• **Task**: Among the records below, find each line that includes the string "Locations" and copy it.

━━━ Data listing ━━━

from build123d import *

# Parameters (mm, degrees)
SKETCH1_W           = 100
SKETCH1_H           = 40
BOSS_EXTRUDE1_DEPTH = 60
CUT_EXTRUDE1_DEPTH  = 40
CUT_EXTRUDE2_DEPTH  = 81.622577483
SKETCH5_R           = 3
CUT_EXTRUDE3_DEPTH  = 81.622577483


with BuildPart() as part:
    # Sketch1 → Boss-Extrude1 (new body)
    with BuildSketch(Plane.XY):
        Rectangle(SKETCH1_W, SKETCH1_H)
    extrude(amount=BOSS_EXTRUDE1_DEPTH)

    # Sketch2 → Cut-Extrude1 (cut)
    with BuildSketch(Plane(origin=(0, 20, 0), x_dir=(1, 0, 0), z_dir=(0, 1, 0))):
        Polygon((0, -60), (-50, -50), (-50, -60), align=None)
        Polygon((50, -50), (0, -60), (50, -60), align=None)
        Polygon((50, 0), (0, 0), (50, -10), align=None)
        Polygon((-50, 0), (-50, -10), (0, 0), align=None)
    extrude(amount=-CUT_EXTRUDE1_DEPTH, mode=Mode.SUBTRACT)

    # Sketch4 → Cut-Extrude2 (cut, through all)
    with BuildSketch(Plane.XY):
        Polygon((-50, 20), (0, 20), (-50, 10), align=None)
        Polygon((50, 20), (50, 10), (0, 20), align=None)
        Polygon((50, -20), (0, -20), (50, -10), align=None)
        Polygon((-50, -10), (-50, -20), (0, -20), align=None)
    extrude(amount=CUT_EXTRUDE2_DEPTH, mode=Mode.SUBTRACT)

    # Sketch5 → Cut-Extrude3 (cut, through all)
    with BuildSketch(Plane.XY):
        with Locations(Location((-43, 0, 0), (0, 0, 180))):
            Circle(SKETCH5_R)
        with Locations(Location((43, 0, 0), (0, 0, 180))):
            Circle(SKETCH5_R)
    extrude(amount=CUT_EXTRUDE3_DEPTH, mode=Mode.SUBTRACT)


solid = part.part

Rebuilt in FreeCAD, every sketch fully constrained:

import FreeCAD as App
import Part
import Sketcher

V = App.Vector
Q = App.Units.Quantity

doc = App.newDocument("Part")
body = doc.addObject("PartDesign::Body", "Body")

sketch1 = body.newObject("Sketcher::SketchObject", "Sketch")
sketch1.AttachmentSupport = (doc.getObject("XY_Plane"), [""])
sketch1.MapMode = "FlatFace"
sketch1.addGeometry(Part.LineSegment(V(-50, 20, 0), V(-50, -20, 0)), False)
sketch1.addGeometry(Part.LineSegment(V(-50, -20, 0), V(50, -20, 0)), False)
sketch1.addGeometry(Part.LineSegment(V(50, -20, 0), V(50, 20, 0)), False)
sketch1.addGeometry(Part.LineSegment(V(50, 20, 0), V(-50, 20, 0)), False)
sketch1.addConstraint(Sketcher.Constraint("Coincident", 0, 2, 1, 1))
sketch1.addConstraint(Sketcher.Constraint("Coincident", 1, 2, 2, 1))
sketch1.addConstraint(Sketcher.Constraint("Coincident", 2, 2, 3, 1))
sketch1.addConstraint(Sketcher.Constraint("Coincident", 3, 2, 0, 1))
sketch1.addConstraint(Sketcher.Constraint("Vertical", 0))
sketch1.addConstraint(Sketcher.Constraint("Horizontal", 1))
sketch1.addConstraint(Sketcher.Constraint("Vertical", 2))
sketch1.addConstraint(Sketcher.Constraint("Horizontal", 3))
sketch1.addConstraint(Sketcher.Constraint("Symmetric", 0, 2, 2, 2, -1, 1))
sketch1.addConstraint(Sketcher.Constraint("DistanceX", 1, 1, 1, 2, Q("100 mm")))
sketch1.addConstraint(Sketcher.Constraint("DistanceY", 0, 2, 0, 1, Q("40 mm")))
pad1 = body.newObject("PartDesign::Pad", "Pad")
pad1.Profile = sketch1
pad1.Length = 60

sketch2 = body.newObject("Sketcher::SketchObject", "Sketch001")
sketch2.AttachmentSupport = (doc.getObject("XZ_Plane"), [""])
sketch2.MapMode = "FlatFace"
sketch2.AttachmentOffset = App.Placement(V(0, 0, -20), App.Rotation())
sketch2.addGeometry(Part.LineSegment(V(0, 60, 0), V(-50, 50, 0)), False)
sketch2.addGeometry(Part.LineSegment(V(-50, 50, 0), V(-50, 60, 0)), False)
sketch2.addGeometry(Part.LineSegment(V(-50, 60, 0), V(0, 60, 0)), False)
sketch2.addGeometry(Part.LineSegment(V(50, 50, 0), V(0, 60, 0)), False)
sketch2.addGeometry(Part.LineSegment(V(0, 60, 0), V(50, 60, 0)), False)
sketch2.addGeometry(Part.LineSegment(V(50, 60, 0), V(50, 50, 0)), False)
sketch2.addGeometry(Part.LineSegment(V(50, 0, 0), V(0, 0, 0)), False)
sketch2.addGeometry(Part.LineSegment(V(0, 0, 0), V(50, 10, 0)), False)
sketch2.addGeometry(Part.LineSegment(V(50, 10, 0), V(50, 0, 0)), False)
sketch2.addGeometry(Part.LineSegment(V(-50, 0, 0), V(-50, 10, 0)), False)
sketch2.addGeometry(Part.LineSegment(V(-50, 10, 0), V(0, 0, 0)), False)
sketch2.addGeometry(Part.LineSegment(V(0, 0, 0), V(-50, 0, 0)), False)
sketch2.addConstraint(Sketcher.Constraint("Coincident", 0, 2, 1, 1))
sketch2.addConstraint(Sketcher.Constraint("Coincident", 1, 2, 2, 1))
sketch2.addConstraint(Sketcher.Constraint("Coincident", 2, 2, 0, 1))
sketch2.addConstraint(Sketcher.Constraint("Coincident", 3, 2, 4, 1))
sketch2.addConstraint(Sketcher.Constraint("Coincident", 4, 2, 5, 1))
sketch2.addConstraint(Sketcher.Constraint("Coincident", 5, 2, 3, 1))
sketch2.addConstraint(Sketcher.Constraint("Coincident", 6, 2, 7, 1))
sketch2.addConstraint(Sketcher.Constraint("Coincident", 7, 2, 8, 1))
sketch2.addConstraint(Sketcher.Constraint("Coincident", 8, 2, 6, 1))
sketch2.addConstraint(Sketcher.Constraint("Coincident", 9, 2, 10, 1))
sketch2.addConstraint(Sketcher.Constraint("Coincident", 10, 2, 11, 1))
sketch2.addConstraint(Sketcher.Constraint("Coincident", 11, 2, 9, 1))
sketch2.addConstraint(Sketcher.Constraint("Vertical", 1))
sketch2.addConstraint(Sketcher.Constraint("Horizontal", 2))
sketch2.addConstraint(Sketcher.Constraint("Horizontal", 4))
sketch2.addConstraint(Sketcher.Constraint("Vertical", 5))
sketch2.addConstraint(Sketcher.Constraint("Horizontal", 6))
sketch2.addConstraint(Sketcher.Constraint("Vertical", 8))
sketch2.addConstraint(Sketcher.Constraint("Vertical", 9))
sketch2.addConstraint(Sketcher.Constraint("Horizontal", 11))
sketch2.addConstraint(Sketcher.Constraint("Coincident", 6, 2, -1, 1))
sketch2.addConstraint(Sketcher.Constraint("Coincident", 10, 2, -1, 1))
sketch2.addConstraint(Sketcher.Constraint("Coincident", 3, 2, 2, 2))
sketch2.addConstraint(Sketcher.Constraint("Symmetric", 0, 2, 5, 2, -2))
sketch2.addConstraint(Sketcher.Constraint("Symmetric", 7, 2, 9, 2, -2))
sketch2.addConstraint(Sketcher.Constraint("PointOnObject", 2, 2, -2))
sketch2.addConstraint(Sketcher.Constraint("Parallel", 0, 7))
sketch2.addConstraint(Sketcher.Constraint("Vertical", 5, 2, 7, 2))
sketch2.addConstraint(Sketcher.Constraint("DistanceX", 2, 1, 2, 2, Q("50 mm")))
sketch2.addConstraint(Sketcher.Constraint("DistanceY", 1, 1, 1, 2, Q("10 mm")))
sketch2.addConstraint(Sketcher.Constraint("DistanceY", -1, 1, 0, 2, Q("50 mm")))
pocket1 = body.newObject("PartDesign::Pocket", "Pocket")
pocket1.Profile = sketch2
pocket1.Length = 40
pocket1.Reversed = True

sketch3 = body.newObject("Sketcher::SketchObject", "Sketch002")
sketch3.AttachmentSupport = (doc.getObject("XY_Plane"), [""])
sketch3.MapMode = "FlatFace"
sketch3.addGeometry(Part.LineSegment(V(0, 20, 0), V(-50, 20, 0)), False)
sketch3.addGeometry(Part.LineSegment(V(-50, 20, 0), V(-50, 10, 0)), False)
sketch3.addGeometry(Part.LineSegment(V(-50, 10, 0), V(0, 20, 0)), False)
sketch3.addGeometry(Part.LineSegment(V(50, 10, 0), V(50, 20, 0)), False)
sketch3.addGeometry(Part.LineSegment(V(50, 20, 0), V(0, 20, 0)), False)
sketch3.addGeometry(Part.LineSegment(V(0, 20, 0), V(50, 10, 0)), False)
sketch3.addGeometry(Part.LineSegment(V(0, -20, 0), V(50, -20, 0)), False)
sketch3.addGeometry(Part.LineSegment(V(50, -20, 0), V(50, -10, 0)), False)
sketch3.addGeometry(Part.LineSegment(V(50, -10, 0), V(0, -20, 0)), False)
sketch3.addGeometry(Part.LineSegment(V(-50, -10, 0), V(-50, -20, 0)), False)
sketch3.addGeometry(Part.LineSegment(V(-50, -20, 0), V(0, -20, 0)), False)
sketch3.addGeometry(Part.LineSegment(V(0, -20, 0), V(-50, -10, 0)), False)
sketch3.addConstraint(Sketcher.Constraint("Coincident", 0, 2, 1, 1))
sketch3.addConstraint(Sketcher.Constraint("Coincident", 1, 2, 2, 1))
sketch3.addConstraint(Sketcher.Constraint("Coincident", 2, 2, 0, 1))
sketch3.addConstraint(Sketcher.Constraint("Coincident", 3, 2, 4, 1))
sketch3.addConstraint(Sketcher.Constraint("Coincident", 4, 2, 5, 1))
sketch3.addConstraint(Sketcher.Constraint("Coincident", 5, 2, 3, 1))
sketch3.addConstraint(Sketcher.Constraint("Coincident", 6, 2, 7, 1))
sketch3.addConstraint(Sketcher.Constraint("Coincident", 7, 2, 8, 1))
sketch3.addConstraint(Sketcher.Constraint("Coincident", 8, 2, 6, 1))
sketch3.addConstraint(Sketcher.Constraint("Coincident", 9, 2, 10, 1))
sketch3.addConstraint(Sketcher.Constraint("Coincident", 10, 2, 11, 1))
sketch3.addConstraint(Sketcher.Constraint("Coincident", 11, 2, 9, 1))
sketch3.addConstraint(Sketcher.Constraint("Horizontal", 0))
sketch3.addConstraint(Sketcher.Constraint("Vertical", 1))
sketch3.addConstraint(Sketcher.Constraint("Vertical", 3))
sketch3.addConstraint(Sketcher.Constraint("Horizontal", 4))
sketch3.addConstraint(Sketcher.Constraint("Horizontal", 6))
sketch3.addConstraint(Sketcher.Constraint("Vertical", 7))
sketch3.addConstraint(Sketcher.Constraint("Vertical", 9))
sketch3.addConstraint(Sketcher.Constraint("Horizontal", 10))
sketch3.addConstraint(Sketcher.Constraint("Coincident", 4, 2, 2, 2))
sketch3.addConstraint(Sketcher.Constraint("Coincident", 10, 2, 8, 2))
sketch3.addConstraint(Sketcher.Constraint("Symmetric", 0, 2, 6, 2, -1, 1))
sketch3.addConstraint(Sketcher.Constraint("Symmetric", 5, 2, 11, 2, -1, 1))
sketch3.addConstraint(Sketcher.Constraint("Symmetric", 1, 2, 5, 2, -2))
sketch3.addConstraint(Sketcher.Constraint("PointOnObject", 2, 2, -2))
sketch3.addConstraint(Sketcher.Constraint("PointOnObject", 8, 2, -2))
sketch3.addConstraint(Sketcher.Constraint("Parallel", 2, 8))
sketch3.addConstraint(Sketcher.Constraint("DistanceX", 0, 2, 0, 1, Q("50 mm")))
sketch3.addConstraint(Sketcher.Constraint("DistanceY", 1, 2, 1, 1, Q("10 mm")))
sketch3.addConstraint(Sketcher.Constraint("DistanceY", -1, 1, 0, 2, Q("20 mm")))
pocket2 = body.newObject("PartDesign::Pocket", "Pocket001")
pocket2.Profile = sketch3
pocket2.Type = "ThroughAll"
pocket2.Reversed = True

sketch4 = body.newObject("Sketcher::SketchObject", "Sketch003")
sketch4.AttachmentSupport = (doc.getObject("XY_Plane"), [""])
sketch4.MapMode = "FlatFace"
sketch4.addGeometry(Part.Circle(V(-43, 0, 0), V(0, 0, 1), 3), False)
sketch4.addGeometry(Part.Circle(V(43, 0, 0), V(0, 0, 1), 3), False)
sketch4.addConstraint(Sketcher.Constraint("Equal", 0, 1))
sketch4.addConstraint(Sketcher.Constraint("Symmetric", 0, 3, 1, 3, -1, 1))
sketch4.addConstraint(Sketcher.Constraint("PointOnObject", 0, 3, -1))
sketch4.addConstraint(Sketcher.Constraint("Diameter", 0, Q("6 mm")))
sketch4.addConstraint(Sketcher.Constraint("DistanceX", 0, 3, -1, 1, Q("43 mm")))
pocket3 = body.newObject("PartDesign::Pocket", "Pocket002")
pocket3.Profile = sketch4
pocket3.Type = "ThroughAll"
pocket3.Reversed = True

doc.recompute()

━━━

• **Answer section**:
        with Locations(Location((-43, 0, 0), (0, 0, 180))):
        with Locations(Location((43, 0, 0), (0, 0, 180))):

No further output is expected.